> **WHAT YOU SHOULD DO**: With the first line below as the start and the line containing "#22=CARTESIAN_POINT('',(109.,-109.,200.));" as the end, copy every line between them exactly, ends included.

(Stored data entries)
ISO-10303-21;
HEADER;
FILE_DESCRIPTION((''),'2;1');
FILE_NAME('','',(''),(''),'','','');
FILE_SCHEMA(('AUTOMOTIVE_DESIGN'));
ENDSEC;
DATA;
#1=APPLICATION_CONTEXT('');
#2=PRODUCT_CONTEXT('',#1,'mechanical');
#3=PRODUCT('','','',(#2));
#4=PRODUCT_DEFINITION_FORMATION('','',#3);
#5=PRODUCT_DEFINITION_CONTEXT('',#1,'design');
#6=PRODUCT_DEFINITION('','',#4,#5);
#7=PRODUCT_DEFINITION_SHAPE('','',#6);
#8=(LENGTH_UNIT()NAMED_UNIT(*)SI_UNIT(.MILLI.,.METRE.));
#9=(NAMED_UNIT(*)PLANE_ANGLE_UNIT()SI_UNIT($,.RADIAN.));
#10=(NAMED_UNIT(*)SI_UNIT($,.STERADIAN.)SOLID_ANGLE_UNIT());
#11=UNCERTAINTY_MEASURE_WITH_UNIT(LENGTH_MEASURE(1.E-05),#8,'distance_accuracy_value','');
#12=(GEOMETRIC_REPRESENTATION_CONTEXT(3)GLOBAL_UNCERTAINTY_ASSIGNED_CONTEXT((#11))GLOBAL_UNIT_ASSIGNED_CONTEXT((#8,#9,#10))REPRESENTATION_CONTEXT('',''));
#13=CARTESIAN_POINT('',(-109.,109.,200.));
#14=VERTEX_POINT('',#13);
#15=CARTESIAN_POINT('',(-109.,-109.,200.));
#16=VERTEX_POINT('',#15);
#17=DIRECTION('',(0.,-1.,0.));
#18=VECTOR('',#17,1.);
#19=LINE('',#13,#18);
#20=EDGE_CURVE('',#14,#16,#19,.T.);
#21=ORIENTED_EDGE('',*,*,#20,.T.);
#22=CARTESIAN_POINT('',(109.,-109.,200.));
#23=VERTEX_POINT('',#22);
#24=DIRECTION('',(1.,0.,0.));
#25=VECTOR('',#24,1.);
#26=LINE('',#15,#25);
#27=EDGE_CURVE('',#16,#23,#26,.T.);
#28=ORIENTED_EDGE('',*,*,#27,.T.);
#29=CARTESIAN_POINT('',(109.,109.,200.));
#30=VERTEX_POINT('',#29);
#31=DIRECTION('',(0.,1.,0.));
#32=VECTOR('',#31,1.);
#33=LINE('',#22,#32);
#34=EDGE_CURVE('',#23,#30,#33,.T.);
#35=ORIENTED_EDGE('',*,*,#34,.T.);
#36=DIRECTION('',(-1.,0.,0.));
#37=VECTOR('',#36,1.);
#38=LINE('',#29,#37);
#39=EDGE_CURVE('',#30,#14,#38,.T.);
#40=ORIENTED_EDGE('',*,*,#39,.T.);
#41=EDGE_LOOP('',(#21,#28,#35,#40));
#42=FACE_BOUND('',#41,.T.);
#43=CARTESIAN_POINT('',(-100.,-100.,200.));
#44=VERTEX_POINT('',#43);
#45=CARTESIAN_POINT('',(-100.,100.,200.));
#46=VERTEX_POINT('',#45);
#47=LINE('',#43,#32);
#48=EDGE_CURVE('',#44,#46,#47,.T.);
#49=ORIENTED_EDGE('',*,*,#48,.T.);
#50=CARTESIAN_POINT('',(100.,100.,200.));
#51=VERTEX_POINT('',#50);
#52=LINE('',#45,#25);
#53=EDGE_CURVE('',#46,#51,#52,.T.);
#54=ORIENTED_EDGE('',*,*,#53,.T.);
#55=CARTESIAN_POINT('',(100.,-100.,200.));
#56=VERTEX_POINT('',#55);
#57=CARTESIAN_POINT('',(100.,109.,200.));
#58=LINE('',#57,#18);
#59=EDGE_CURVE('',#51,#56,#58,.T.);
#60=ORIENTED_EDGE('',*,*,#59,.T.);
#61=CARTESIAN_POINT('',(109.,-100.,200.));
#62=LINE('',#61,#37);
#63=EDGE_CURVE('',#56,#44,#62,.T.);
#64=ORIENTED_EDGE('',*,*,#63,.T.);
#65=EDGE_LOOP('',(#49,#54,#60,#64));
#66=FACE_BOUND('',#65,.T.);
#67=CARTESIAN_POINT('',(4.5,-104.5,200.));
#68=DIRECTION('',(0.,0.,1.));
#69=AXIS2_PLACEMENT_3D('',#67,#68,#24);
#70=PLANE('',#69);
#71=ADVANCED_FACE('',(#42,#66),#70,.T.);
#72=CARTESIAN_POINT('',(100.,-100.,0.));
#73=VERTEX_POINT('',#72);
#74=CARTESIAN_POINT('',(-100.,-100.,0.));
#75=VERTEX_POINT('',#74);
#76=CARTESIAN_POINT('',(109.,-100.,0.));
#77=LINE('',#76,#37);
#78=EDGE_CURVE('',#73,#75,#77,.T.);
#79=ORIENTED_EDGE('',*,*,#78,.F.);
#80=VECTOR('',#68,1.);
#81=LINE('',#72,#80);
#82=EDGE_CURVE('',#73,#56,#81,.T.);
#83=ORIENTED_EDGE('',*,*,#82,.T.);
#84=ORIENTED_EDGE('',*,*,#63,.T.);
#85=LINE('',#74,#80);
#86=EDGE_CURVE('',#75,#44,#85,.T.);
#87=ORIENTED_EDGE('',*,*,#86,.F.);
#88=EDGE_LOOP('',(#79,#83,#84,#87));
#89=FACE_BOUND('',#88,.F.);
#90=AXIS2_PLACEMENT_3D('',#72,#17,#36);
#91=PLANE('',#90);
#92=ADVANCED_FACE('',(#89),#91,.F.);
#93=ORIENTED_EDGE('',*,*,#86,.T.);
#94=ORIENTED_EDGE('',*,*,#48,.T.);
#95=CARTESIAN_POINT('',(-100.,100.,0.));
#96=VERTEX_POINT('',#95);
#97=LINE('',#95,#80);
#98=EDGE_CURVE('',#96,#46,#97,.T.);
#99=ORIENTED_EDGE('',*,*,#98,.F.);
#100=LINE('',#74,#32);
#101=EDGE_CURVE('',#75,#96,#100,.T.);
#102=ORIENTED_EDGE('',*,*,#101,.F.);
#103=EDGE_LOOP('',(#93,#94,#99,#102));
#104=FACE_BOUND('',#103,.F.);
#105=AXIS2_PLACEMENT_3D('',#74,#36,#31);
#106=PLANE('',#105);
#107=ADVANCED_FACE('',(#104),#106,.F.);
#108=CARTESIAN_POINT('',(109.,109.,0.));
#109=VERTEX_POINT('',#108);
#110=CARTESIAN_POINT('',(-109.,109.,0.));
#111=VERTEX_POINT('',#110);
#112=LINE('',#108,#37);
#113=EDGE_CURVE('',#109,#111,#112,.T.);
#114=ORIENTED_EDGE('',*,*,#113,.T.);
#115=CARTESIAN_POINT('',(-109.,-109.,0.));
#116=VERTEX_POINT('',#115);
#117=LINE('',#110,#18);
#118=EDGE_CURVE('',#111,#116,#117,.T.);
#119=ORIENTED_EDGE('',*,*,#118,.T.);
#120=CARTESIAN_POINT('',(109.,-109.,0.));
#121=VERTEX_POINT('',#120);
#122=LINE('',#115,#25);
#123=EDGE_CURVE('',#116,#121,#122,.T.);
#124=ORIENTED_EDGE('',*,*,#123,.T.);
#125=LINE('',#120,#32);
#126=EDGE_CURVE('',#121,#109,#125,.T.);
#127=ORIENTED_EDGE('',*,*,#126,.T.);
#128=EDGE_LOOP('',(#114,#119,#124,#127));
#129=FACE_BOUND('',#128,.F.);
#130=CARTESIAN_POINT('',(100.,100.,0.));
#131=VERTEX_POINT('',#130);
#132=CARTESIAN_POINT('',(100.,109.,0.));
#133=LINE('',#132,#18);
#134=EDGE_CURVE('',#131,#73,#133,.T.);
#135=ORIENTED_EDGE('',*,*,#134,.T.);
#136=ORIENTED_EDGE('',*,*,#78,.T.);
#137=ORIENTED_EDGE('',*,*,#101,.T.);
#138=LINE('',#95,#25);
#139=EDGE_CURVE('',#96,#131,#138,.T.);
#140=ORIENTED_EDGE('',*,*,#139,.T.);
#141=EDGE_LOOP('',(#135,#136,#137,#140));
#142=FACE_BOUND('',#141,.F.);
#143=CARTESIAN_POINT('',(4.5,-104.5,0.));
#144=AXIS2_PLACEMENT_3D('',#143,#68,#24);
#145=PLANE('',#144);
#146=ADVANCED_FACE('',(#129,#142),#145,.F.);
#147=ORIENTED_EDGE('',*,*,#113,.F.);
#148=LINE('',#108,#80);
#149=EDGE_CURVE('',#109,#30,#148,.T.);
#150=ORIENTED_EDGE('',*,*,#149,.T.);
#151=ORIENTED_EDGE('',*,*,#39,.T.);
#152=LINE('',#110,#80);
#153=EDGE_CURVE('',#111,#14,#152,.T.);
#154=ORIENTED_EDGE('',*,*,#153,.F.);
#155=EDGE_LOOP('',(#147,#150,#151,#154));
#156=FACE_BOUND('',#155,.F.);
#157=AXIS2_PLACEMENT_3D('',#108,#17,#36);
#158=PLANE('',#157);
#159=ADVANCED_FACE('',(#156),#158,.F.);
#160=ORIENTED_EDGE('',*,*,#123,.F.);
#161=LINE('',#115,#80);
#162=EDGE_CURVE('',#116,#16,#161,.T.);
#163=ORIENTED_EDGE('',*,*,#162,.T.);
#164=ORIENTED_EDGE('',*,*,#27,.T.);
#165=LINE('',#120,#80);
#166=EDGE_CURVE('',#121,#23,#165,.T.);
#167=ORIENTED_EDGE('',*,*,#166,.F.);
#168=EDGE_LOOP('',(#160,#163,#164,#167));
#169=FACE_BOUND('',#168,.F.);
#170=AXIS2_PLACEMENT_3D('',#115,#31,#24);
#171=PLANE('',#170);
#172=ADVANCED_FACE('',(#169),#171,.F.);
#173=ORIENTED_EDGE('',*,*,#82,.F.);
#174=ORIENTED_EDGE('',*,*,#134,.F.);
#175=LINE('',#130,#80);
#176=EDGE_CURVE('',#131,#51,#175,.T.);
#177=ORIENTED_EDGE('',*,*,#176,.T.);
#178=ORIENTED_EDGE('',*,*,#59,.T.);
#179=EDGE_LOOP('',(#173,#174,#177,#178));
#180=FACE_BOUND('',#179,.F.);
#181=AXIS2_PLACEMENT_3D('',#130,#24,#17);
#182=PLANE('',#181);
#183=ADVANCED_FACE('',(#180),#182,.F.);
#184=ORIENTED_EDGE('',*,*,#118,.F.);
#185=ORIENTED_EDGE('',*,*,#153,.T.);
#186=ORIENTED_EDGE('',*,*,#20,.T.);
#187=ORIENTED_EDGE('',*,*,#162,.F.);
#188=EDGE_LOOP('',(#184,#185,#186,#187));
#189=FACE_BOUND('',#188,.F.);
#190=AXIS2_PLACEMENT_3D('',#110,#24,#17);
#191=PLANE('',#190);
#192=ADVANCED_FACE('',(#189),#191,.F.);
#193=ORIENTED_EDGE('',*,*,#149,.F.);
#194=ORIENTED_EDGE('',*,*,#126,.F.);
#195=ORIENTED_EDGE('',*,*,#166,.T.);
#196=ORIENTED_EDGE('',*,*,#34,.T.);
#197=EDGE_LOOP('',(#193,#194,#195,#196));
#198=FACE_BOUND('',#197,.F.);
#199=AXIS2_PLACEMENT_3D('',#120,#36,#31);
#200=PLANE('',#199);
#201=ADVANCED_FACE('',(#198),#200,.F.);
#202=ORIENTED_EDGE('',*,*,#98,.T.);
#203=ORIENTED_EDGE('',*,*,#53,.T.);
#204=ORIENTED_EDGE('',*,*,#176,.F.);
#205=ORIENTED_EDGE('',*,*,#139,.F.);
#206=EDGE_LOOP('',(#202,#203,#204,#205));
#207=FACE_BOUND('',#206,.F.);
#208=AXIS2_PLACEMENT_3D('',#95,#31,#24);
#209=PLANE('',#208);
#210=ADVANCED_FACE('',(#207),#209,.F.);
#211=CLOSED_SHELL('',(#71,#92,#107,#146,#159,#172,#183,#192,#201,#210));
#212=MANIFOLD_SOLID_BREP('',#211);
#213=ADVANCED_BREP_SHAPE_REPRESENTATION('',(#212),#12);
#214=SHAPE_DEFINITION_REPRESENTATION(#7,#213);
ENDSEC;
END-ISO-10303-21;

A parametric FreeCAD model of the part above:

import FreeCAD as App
import Part
import Sketcher

V = App.Vector
Q = App.Units.Quantity

doc = App.newDocument("Part")
params = doc.addObject("Spreadsheet::Sheet", "Params")
for row, (alias, value) in enumerate([
    ("sketch1_width", "218 mm"),
    ("sketch1_width2", "200 mm"),
    ("pad1_length", "200 mm"),
], start=1):
    params.set(f"A{row}", alias)
    params.set(f"B{row}", "=" + value)
    params.setAlias(f"B{row}", alias)

body = doc.addObject("PartDesign::Body", "Body")

# Sketch on XY plane
sketch1 = body.newObject("Sketcher::SketchObject", "Sketch")
sketch1.AttachmentSupport = (doc.getObject("XY_Plane"), [""])
sketch1.MapMode = "FlatFace"
sketch1.addGeometry([
    Part.LineSegment(V(109, -109, 0), V(109, 109, 0)),  # 0
    Part.LineSegment(V(109, 109, 0), V(-109, 109, 0)),  # 1
    Part.LineSegment(V(-109, 109, 0), V(-109, -109, 0)),  # 2
    Part.LineSegment(V(-109, -109, 0), V(109, -109, 0)),  # 3
    Part.LineSegment(V(100, 100, 0), V(100, -100, 0)),  # 4
    Part.LineSegment(V(100, -100, 0), V(-100, -100, 0)),  # 5
    Part.LineSegment(V(-100, -100, 0), V(-100, 100, 0)),  # 6
    Part.LineSegment(V(-100, 100, 0), V(100, 100, 0)),  # 7
], False)
sketch1.addConstraint([
    Sketcher.Constraint("Coincident", 0, 2, 1, 1),
    Sketcher.Constraint("Coincident", 1, 2, 2, 1),
    Sketcher.Constraint("Coincident", 2, 2, 3, 1),
    Sketcher.Constraint("Coincident", 3, 2, 0, 1),
    Sketcher.Constraint("Coincident", 4, 2, 5, 1),
    Sketcher.Constraint("Coincident", 5, 2, 6, 1),
    Sketcher.Constraint("Coincident", 6, 2, 7, 1),
    Sketcher.Constraint("Coincident", 7, 2, 4, 1),
    Sketcher.Constraint("Vertical", 0),
    Sketcher.Constraint("Horizontal", 1),
    Sketcher.Constraint("Vertical", 2),
    Sketcher.Constraint("Horizontal", 3),
    Sketcher.Constraint("Vertical", 4),
    Sketcher.Constraint("Horizontal", 5),
    Sketcher.Constraint("Vertical", 6),
    Sketcher.Constraint("Horizontal", 7),
    Sketcher.Constraint("Symmetric", 0, 2, 2, 2, -1, 1),
    Sketcher.Constraint("Symmetric", 4, 2, 6, 2, -1, 1),
    Sketcher.Constraint("Equal", 3, 0),
    Sketcher.Constraint("Equal", 7, 4),
    Sketcher.Constraint("DistanceX", 1, 2, 1, 1, Q("218 mm")),
    Sketcher.Constraint("DistanceX", 5, 2, 5, 1, Q("200 mm")),
])
sketch1.setExpression("Constraints[20]", "Params.sketch1_width")
sketch1.setExpression("Constraints[21]", "Params.sketch1_width2")
pad1 = body.newObject("PartDesign::Pad", "Pad")
pad1.Profile = sketch1
pad1.setExpression("Length", "Params.pad1_length")

doc.recompute()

> **WRITTEN REPLY**:
ISO-10303-21;
HEADER;
FILE_DESCRIPTION((''),'2;1');
FILE_NAME('','',(''),(''),'','','');
FILE_SCHEMA(('AUTOMOTIVE_DESIGN'));
ENDSEC;
DATA;
#1=APPLICATION_CONTEXT('');
#2=PRODUCT_CONTEXT('',#1,'mechanical');
#3=PRODUCT('','','',(#2));
#4=PRODUCT_DEFINITION_FORMATION('','',#3);
#5=PRODUCT_DEFINITION_CONTEXT('',#1,'design');
#6=PRODUCT_DEFINITION('','',#4,#5);
#7=PRODUCT_DEFINITION_SHAPE('','',#6);
#8=(LENGTH_UNIT()NAMED_UNIT(*)SI_UNIT(.MILLI.,.METRE.));
#9=(NAMED_UNIT(*)PLANE_ANGLE_UNIT()SI_UNIT($,.RADIAN.));
#10=(NAMED_UNIT(*)SI_UNIT($,.STERADIAN.)SOLID_ANGLE_UNIT());
#11=UNCERTAINTY_MEASURE_WITH_UNIT(LENGTH_MEASURE(1.E-05),#8,'distance_accuracy_value','');
#12=(GEOMETRIC_REPRESENTATION_CONTEXT(3)GLOBAL_UNCERTAINTY_ASSIGNED_CONTEXT((#11))GLOBAL_UNIT_ASSIGNED_CONTEXT((#8,#9,#10))REPRESENTATION_CONTEXT('',''));
#13=CARTESIAN_POINT('',(-109.,109.,200.));
#14=VERTEX_POINT('',#13);
#15=CARTESIAN_POINT('',(-109.,-109.,200.));
#16=VERTEX_POINT('',#15);
#17=DIRECTION('',(0.,-1.,0.));
#18=VECTOR('',#17,1.);
#19=LINE('',#13,#18);
#20=EDGE_CURVE('',#14,#16,#19,.T.);
#21=ORIENTED_EDGE('',*,*,#20,.T.);
#22=CARTESIAN_POINT('',(109.,-109.,200.));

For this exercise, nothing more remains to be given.